START INFORMATION PROVIDED

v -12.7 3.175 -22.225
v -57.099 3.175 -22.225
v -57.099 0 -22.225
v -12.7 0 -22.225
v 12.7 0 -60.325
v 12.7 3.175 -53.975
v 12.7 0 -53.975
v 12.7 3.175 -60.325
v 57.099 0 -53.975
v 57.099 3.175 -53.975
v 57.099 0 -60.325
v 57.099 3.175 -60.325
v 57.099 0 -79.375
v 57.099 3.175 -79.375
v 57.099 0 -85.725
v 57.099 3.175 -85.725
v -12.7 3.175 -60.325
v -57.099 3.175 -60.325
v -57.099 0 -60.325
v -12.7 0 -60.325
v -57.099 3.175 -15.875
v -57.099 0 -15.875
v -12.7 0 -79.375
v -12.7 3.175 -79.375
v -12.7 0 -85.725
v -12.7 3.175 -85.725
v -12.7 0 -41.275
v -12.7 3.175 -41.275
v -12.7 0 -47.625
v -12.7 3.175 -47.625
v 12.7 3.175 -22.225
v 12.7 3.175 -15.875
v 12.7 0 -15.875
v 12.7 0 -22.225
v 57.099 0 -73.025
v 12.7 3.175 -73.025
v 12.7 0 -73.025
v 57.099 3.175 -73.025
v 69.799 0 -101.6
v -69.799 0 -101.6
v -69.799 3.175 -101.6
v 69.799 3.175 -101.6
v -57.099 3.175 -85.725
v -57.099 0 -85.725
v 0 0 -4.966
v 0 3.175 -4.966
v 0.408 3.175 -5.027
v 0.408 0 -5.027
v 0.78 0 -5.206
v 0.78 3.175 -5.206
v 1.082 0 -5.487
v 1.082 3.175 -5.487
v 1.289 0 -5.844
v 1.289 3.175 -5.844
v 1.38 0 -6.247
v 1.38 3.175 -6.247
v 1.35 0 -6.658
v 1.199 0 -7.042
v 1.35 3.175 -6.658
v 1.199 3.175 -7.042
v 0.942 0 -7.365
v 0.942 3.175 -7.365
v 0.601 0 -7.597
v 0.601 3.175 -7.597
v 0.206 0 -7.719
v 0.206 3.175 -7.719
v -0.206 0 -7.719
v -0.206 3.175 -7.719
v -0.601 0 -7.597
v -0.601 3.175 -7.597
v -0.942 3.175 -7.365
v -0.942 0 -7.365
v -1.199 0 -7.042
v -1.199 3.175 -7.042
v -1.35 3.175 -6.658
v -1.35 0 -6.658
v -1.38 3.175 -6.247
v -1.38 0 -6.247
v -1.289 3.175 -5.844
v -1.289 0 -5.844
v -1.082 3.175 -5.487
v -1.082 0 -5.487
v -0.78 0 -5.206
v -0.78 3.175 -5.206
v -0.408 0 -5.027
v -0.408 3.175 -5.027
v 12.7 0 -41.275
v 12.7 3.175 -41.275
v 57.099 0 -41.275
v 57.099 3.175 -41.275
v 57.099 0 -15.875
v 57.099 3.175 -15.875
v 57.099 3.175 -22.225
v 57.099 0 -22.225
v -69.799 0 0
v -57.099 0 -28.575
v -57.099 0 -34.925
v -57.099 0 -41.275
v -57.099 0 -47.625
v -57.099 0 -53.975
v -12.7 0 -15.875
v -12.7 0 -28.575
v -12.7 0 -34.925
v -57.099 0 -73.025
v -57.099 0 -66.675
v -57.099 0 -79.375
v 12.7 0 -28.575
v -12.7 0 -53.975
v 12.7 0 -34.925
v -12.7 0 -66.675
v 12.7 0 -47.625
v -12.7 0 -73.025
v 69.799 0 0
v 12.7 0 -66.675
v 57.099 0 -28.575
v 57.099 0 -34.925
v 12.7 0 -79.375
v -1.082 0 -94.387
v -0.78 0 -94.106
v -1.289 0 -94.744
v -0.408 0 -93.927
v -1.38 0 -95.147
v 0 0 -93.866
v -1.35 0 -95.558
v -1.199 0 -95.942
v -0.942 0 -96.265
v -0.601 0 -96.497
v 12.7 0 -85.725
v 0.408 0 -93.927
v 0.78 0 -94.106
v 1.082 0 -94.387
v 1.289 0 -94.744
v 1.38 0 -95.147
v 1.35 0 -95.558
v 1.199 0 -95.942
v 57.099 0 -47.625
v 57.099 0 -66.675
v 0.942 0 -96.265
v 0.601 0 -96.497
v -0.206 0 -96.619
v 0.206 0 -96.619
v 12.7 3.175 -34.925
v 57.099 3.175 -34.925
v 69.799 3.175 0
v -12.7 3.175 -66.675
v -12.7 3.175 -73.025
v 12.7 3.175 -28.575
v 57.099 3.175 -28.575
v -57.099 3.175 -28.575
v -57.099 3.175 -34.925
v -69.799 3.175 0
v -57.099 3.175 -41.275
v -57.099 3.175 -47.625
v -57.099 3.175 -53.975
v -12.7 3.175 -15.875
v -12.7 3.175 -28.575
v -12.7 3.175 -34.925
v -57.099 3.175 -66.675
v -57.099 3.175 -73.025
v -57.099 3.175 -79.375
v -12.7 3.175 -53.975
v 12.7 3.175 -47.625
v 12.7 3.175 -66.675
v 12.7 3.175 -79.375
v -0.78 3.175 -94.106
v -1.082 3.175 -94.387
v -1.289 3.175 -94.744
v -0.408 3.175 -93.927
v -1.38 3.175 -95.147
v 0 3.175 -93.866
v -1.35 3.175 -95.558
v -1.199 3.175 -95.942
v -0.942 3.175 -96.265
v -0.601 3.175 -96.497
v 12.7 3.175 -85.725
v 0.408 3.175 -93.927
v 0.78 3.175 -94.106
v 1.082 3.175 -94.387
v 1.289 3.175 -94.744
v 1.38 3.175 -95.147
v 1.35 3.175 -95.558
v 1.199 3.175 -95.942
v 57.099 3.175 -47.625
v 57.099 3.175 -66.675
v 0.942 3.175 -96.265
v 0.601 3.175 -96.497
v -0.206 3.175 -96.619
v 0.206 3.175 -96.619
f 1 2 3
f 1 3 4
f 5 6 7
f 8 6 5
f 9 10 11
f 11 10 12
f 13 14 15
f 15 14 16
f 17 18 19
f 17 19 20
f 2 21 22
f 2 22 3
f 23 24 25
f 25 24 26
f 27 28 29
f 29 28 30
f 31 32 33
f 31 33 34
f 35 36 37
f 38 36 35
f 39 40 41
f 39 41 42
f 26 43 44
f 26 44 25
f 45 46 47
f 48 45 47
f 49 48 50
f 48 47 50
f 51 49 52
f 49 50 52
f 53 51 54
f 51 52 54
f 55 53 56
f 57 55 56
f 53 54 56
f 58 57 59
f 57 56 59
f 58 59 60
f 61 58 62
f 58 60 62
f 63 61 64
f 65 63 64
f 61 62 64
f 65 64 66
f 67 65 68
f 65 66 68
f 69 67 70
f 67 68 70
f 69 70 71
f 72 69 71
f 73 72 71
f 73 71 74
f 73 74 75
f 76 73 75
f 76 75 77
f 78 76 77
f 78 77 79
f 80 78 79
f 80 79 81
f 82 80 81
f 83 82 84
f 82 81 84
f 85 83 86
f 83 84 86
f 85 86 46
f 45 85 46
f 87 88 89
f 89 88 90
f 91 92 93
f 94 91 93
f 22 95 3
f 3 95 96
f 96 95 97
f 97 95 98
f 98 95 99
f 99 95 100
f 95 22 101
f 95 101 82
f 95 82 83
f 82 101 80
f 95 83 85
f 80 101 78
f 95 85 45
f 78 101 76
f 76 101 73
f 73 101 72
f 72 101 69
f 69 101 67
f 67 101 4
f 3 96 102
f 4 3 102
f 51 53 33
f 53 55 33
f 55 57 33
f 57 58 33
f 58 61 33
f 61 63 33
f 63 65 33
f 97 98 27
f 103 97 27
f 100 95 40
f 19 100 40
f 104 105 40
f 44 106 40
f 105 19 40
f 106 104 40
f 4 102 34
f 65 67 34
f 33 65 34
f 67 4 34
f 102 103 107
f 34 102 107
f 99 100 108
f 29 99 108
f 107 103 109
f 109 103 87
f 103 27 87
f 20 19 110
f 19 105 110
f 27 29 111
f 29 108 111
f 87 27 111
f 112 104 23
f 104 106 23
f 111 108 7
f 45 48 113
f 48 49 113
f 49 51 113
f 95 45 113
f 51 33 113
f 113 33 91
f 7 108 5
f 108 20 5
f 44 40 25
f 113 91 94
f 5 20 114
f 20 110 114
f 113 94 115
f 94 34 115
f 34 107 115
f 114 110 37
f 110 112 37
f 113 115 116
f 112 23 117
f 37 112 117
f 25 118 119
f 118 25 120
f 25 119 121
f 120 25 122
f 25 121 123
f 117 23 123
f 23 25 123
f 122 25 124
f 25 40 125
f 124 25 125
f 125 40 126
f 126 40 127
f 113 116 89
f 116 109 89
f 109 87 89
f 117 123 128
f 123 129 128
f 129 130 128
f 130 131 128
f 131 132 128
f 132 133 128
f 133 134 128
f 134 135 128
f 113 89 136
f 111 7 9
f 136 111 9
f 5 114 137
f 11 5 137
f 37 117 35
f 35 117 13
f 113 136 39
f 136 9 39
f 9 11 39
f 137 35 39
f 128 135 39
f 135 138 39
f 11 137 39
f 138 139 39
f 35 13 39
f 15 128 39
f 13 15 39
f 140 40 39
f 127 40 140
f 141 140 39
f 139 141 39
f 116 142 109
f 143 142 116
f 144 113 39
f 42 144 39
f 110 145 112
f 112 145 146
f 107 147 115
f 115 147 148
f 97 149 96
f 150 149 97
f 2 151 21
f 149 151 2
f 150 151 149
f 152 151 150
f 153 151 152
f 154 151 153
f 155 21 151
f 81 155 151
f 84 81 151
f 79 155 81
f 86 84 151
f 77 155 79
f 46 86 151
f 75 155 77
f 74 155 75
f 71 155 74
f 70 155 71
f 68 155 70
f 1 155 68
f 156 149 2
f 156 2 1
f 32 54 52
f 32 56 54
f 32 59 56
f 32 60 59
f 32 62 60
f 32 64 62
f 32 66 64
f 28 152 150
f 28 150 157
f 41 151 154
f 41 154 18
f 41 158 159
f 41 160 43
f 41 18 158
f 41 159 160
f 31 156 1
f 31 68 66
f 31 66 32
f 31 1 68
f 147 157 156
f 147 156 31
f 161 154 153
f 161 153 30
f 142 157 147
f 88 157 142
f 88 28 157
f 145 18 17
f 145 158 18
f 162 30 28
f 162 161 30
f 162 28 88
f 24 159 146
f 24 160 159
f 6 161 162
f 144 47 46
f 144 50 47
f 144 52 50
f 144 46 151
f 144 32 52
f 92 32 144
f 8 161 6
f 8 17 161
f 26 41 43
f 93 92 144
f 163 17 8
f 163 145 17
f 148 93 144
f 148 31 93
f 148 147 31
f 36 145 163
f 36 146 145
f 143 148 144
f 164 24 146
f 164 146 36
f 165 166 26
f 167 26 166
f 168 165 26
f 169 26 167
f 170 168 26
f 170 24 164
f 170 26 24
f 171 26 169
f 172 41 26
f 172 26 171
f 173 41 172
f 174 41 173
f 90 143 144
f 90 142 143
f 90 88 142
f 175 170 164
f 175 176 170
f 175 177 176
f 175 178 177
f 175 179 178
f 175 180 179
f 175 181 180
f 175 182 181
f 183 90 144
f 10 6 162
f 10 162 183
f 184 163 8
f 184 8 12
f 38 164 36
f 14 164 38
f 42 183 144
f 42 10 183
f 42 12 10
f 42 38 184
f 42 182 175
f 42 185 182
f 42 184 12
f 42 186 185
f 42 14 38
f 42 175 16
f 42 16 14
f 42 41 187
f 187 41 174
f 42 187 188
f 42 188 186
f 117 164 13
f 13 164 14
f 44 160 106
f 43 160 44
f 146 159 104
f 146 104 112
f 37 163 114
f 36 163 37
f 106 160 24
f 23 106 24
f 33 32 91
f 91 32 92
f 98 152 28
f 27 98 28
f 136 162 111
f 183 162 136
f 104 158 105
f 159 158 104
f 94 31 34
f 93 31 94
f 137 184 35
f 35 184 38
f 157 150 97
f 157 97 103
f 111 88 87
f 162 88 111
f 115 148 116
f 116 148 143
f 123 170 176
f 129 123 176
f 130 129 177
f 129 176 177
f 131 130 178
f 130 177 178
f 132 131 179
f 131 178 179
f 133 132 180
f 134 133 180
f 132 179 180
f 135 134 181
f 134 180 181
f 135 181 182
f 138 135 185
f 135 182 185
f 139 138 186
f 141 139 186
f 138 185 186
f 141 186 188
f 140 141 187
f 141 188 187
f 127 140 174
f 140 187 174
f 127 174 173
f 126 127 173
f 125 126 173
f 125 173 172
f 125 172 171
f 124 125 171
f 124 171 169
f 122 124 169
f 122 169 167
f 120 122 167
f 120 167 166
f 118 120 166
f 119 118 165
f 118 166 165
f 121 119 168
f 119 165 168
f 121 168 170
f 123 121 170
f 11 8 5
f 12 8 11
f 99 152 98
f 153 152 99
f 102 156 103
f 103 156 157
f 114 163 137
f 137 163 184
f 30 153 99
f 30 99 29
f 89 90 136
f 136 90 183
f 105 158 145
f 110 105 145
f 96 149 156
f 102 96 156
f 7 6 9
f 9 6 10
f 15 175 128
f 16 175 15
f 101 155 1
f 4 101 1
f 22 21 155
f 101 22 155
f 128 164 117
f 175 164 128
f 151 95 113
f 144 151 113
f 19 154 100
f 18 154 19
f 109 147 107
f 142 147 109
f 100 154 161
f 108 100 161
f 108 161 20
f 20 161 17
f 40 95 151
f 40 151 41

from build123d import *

# Parameters (mm, degrees)
SKETCH1_W           = 139.5984
SKETCH1_H           = 101.6
BOSS_EXTRUDE1_DEPTH = 3.175
SKETCH2_R           = 1.3843
SKETCH2_W           = 44.3992
SKETCH2_H           = 6.35
CUT_EXTRUDE1_DEPTH  = 3.175


with BuildPart() as part:
    # Sketch1 → Boss-Extrude1 (new body)
    with BuildSketch(Plane(origin=(0, 0, 0), x_dir=(1, 0, 0), z_dir=(0, 1, 0))):
        with Locations((0, 50.8)):
            Rectangle(SKETCH1_W, SKETCH1_H)
    extrude(amount=BOSS_EXTRUDE1_DEPTH)

    # Sketch2 → Cut-Extrude1 (cut)
    with BuildSketch(Plane(origin=(0, 3.175, 0), x_dir=(1, 0, 0), z_dir=(0, 1, 0))):
        with Locations(Location((0, 6.35, 0), (0, 0, 270))):
            Circle(SKETCH2_R)
        with Locations(Location((0, 95.25, 0), (0, 0, 270))):
            Circle(SKETCH2_R)
        with Locations((-34.8996, 82.55)):
            Rectangle(SKETCH2_W, SKETCH2_H)
        with Locations((-34.8996, 69.85)):
            Rectangle(SKETCH2_W, SKETCH2_H)
        with Locations((-34.8996, 57.15)):
            Rectangle(SKETCH2_W, SKETCH2_H)
        with Locations((-34.8996, 44.45)):
            Rectangle(SKETCH2_W, SKETCH2_H)
        with Locations((-34.8996, 31.75)):
            Rectangle(SKETCH2_W, SKETCH2_H)
        with Locations((-34.8996, 19.05)):
            Rectangle(SKETCH2_W, SKETCH2_H)
        with Locations((34.8996, 82.55)):
            Rectangle(SKETCH2_W, SKETCH2_H)
        with Locations((34.8996, 69.85)):
            Rectangle(SKETCH2_W, SKETCH2_H)
        with Locations((34.8996, 57.15)):
            Rectangle(SKETCH2_W, SKETCH2_H)
        with Locations((34.8996, 44.45)):
            Rectangle(SKETCH2_W, SKETCH2_H)
        with Locations((34.8996, 31.75)):
            Rectangle(SKETCH2_W, SKETCH2_H)
        with Locations((34.8996, 19.05)):
            Rectangle(SKETCH2_W, SKETCH2_H)
    extrude(amount=-CUT_EXTRUDE1_DEPTH, mode=Mode.SUBTRACT)


solid = part.part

END INFORMATION PROVIDED

— WHAT IS EXPECTED —
Everything above from the line containing "v 57.099 0 -47.625" down to the line containing "v 57.099 3.175 -66.675" should be copied exactly, both end lines included, and nothing else.

— ANSWER SPACE —
v 57.099 0 -47.625
v 57.099 0 -66.675
v 0.942 0 -96.265
v 0.601 0 -96.497
v -0.206 0 -96.619
v 0.206 0 -96.619
v 12.7 3.175 -34.925
v 57.099 3.175 -34.925
v 69.799 3.175 0
v -12.7 3.175 -66.675
v -12.7 3.175 -73.025
v 12.7 3.175 -28.575
v 57.099 3.175 -28.575
v -57.099 3.175 -28.575
v -57.099 3.175 -34.925
v -69.799 3.175 0
v -57.099 3.175 -41.275
v -57.099 3.175 -47.625
v -57.099 3.175 -53.975
v -12.7 3.175 -15.875
v -12.7 3.175 -28.575
v -12.7 3.175 -34.925
v -57.099 3.175 -66.675
v -57.099 3.175 -73.025
v -57.099 3.175 -79.375
v -12.7 3.175 -53.975
v 12.7 3.175 -47.625
v 12.7 3.175 -66.675
v 12.7 3.175 -79.375
v -0.78 3.175 -94.106
v -1.082 3.175 -94.387
v -1.289 3.175 -94.744
v -0.408 3.175 -93.927
v -1.38 3.175 -95.147
v 0 3.175 -93.866
v -1.35 3.175 -95.558
v -1.199 3.175 -95.942
v -0.942 3.175 -96.265
v -0.601 3.175 -96.497
v 12.7 3.175 -85.725
v 0.408 3.175 -93.927
v 0.78 3.175 -94.106
v 1.082 3.175 -94.387
v 1.289 3.175 -94.744
v 1.38 3.175 -95.147
v 1.35 3.175 -95.558
v 1.199 3.175 -95.942
v 57.099 3.175 -47.625
v 57.099 3.175 -66.675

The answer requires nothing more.